Route information
- Maintained by SANRAL and RAL
- Length: 193 km (120 mi)

Major junctions
- Southwest end: R71 / N1 in Polokwane
- R36 near Modjadjiskloof R578 at Giyani R529 at Giyani
- Northeast end: R524 at Nyavani

Location
- Country: South Africa
- Major cities: Polokwane, Giyani, Malamulele

Highway system
- Numbered routes of South Africa;
| ← R80 |  | → R82 |

= R81 (South Africa) =

Provincial route in South Africa

The R81 is a provincial route in Limpopo, South Africa that connects Polokwane with the R524 at Nyavani via Giyani.

== Route ==

The R81 starts at a junction with the R71 road in Polokwane (capital of the Limpopo Province), in the suburb of Fauna Park (just east of the town centre). It heads north-east as Munnik Avenue to form an interchange with the Polokwane Eastern Bypass (N1 national route) adjacent to the Mall of the North in Bendor Park before exiting the city.

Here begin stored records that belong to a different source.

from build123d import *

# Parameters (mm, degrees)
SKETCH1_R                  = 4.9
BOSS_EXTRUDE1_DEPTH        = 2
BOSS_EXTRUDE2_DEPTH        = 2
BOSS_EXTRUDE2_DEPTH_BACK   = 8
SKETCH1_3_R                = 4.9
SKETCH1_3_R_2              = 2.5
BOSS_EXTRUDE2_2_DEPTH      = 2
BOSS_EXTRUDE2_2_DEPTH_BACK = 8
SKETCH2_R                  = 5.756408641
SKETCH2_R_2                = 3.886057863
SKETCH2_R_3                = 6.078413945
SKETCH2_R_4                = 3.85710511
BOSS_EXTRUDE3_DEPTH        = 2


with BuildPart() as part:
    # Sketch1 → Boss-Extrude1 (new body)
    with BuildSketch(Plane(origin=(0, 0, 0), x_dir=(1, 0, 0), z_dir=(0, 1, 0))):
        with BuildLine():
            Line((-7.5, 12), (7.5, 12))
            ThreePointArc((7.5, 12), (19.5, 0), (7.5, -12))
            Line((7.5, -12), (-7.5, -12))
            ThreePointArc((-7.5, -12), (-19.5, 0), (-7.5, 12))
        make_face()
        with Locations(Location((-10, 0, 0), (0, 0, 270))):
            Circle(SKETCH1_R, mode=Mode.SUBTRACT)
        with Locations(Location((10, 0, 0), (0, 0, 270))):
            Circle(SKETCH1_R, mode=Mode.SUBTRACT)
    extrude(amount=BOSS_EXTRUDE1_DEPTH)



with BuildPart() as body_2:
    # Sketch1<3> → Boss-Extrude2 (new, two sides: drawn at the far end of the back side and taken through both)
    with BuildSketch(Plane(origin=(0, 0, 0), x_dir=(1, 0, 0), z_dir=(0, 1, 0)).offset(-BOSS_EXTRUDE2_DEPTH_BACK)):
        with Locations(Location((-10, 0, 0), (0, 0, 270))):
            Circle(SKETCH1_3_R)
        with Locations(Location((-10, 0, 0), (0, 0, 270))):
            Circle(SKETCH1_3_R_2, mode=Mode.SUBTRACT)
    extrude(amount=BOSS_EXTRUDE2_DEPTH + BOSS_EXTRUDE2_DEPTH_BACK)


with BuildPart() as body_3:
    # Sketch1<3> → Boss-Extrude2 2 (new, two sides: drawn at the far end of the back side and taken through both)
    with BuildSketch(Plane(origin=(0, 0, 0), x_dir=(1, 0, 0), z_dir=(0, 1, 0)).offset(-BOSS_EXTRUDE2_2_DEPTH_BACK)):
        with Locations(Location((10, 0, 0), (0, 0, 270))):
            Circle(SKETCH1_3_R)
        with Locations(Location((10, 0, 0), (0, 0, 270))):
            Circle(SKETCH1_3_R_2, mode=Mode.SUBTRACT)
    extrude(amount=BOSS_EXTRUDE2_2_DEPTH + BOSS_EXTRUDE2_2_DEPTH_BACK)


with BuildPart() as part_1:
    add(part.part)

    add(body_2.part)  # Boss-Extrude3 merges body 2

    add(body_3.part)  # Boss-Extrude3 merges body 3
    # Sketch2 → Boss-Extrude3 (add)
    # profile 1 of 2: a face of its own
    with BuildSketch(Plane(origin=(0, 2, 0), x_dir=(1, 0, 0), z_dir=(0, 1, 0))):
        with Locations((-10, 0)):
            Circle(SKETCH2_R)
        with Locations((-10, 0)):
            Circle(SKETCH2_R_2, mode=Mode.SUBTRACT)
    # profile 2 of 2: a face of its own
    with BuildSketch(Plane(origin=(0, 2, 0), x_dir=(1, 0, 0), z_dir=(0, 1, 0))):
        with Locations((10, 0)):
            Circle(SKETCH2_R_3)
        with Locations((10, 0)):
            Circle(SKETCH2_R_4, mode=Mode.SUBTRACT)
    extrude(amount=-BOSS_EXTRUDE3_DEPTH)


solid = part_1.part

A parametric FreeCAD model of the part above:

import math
import FreeCAD as App
import Part
import Sketcher
from FreeCAD import Vector

doc = App.newDocument("Part")
params = doc.addObject("Spreadsheet::Sheet", "Params")
for row, (alias, value) in enumerate([
    ("sketch1_radius", "12 mm"),
    ("sketch1_diameter", "9.8 mm"),
    ("sketch1_width", "15 mm"),
    ("pad1_length", "2 mm"),
    ("sketch2_diameter", "5 mm"),
    ("sketch2_diameter2", "9.8 mm"),
    ("pad2_length", "2 mm"),
    ("pad2_length2", "8 mm"),
    ("sketch3_diameter", "5 mm"),
    ("sketch3_diameter2", "9.8 mm"),
    ("pad3_length", "2 mm"),
    ("pad3_length2", "8 mm"),
    ("pad4_length", "2 mm"),
], start=1):
    params.set(f"A{row}", alias)
    params.set(f"B{row}", "=" + value)
    params.setAlias(f"B{row}", alias)

body = doc.addObject("PartDesign::Body", "Body")

# Sketch on XZ plane
sketch1 = doc.addObject("Sketcher::SketchObject", "Sketch")
body.addObject(sketch1)
sketch1.AttachmentSupport = (doc.XZ_Plane, [""])
sketch1.MapMode = "FlatFace"
sketch1.addGeometry([
    Part.LineSegment(Vector(7.5, -12, 0), Vector(-7.5, -12, 0)),  # 0
    Part.ArcOfCircle(Part.Circle(Vector(-7.5, 0, 0), Vector(0, 0, 1), 12), math.radians(90), math.radians(270)),  # 1
    Part.LineSegment(Vector(-7.5, 12, 0), Vector(7.5, 12, 0)),  # 2
    Part.ArcOfCircle(Part.Circle(Vector(7.5, 0, 0), Vector(0, 0, 1), 12), math.radians(-90), math.radians(90)),  # 3
    Part.Circle(Vector(10, 0, 0), Vector(0, 0, 1), 4.9),  # 4
    Part.Circle(Vector(-10, 0, 0), Vector(0, 0, 1), 4.9),  # 5
], False)
sketch1.addConstraint([
    Sketcher.Constraint("Tangent", 0, 2, 1, 2),
    Sketcher.Constraint("Tangent", 1, 1, 2, 1),
    Sketcher.Constraint("Tangent", 2, 2, 3, 2),
    Sketcher.Constraint("Tangent", 3, 1, 0, 1),
    Sketcher.Constraint("Horizontal", 0),
    Sketcher.Constraint("Horizontal", 2),
    Sketcher.Constraint("Equal", 4, 5),
    Sketcher.Constraint("Symmetric", 1, 3, 3, 3, -1, 1),
    Sketcher.Constraint("Symmetric", 4, 3, 5, 3, -1, 1),
    Sketcher.Constraint("PointOnObject", 4, 3, -1),
    Sketcher.Constraint("Radius", 1, 12.0),
    Sketcher.Constraint("Diameter", 4, 9.8),
    Sketcher.Constraint("DistanceX", 0, 2, 0, 1, 15.0),
    Sketcher.Constraint("DistanceX", -1, 1, 4, 3, 10.0),
])
sketch1.setExpression("Constraints[10]", "Params.sketch1_radius")
sketch1.setExpression("Constraints[11]", "Params.sketch1_diameter")
sketch1.setExpression("Constraints[12]", "Params.sketch1_width")
pad1 = doc.addObject("PartDesign::Pad", "Pad")
body.addObject(pad1)
pad1.Profile = sketch1
pad1.setExpression("Length", "Params.pad1_length")
pad1.Reversed = True
body2 = doc.addObject("PartDesign::Body", "Body001")

# Sketch on XZ plane
sketch2 = doc.addObject("Sketcher::SketchObject", "Sketch001")
body2.addObject(sketch2)
sketch2.AttachmentSupport = (doc.getObject("XZ_Plane001"), [""])
sketch2.MapMode = "FlatFace"
sketch2.addGeometry([
    Part.Circle(Vector(-10, 0, 0), Vector(0, 0, 1), 4.9),
    Part.Circle(Vector(-10, 0, 0), Vector(0, 0, 1), 2.5),
], False)
sketch2.addConstraint([
    Sketcher.Constraint("Coincident", 1, 3, 0, 3),
    Sketcher.Constraint("PointOnObject", 0, 3, -1),
    Sketcher.Constraint("Diameter", 1, 5.0),
    Sketcher.Constraint("Diameter", 0, 9.8),
    Sketcher.Constraint("DistanceX", 0, 3, -1, 1, 10.0),
])
sketch2.setExpression("Constraints[2]", "Params.sketch2_diameter")
sketch2.setExpression("Constraints[3]", "Params.sketch2_diameter2")
pad2 = doc.addObject("PartDesign::Pad", "Pad001")
body2.addObject(pad2)
pad2.Profile = sketch2
pad2.Type = "TwoLengths"
pad2.setExpression("Length", "Params.pad2_length")
pad2.setExpression("Length2", "Params.pad2_length2")
pad2.Reversed = True
body3 = doc.addObject("PartDesign::Body", "Body002")

# Sketch on XZ plane
sketch3 = doc.addObject("Sketcher::SketchObject", "Sketch002")
body3.addObject(sketch3)
sketch3.AttachmentSupport = (doc.getObject("XZ_Plane002"), [""])
sketch3.MapMode = "FlatFace"
sketch3.addGeometry([
    Part.Circle(Vector(10, 0, 0), Vector(0, 0, 1), 4.9),
    Part.Circle(Vector(10, 0, 0), Vector(0, 0, 1), 2.5),
], False)
sketch3.addConstraint([
    Sketcher.Constraint("Coincident", 1, 3, 0, 3),
    Sketcher.Constraint("PointOnObject", 0, 3, -1),
    Sketcher.Constraint("Diameter", 1, 5.0),
    Sketcher.Constraint("Diameter", 0, 9.8),
    Sketcher.Constraint("DistanceX", -1, 1, 0, 3, 10.0),
])
sketch3.setExpression("Constraints[2]", "Params.sketch3_diameter")
sketch3.setExpression("Constraints[3]", "Params.sketch3_diameter2")
pad3 = doc.addObject("PartDesign::Pad", "Pad002")
body3.addObject(pad3)
pad3.Profile = sketch3
pad3.Type = "TwoLengths"
pad3.setExpression("Length", "Params.pad3_length")
pad3.setExpression("Length2", "Params.pad3_length2")
pad3.Reversed = True
doc.recompute()

boolean = doc.addObject("PartDesign::Boolean", "Boolean")
body.addObject(boolean)
boolean.Type = "Fuse"
boolean.addObjects([body2])
doc.recompute()

boolean2 = doc.addObject("PartDesign::Boolean", "Boolean001")
body.addObject(boolean2)
boolean2.Type = "Fuse"
boolean2.addObjects([body3])

# Sketch on XZ plane
sketch4 = doc.addObject("Sketcher::SketchObject", "Sketch003")
body.addObject(sketch4)
sketch4.AttachmentSupport = (doc.XZ_Plane, [""])
sketch4.MapMode = "FlatFace"
sketch4.AttachmentOffset = App.Placement(Vector(0, 0, -2), App.Rotation())
sketch4.addGeometry([
    Part.Circle(Vector(-10, 0, 0), Vector(0, 0, 1), 5.756409),
    Part.Circle(Vector(-10, 0, 0), Vector(0, 0, 1), 3.886058),
    Part.Circle(Vector(10, 0, 0), Vector(0, 0, 1), 6.078414),
    Part.Circle(Vector(10, 0, 0), Vector(0, 0, 1), 3.857105),
], False)
sketch4.addConstraint([
    Sketcher.Constraint("Coincident", 1, 3, 0, 3),
    Sketcher.Constraint("Coincident", 3, 3, 2, 3),
    Sketcher.Constraint("Symmetric", 0, 3, 2, 3, -1, 1),
    Sketcher.Constraint("PointOnObject", 0, 3, -1),
    Sketcher.Constraint("DistanceX", 0, 3, -1, 1, 10.0),
    Sketcher.Constraint("Diameter", 3, 7.71421),
    Sketcher.Constraint("Diameter", 0, 11.512817),
    Sketcher.Constraint("Diameter", 1, 7.772116),
    Sketcher.Constraint("Diameter", 2, 12.156828),
])
pad4 = doc.addObject("PartDesign::Pad", "Pad003")
body.addObject(pad4)
pad4.Profile = sketch4
pad4.setExpression("Length", "Params.pad4_length")

doc.recompute()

From the N1 interchange, the R81 heads north-east for 71 kilometres, bypassing Sebayeng, to reach a junction with the R36 road north-west of Modjadjiskloof. The R36 joins the R81 and they are one road eastwards for 1.5 kilometres before the R81 becomes the road north-east at Mooketsi.

From the junction with the R36 at Mooketsi, the R81 goes north-east for 70 kilometres to enter the town of Giyani. It meets the eastern terminus of the R578 road and the northern terminus of the R529 road before turning northwards to cross the Klein Letaba River into the town centre of Giyani.

From Giyani, the R81 goes north for 47 kilometres, through Malamulele, to end at a junction with the R524 road at Nyavani.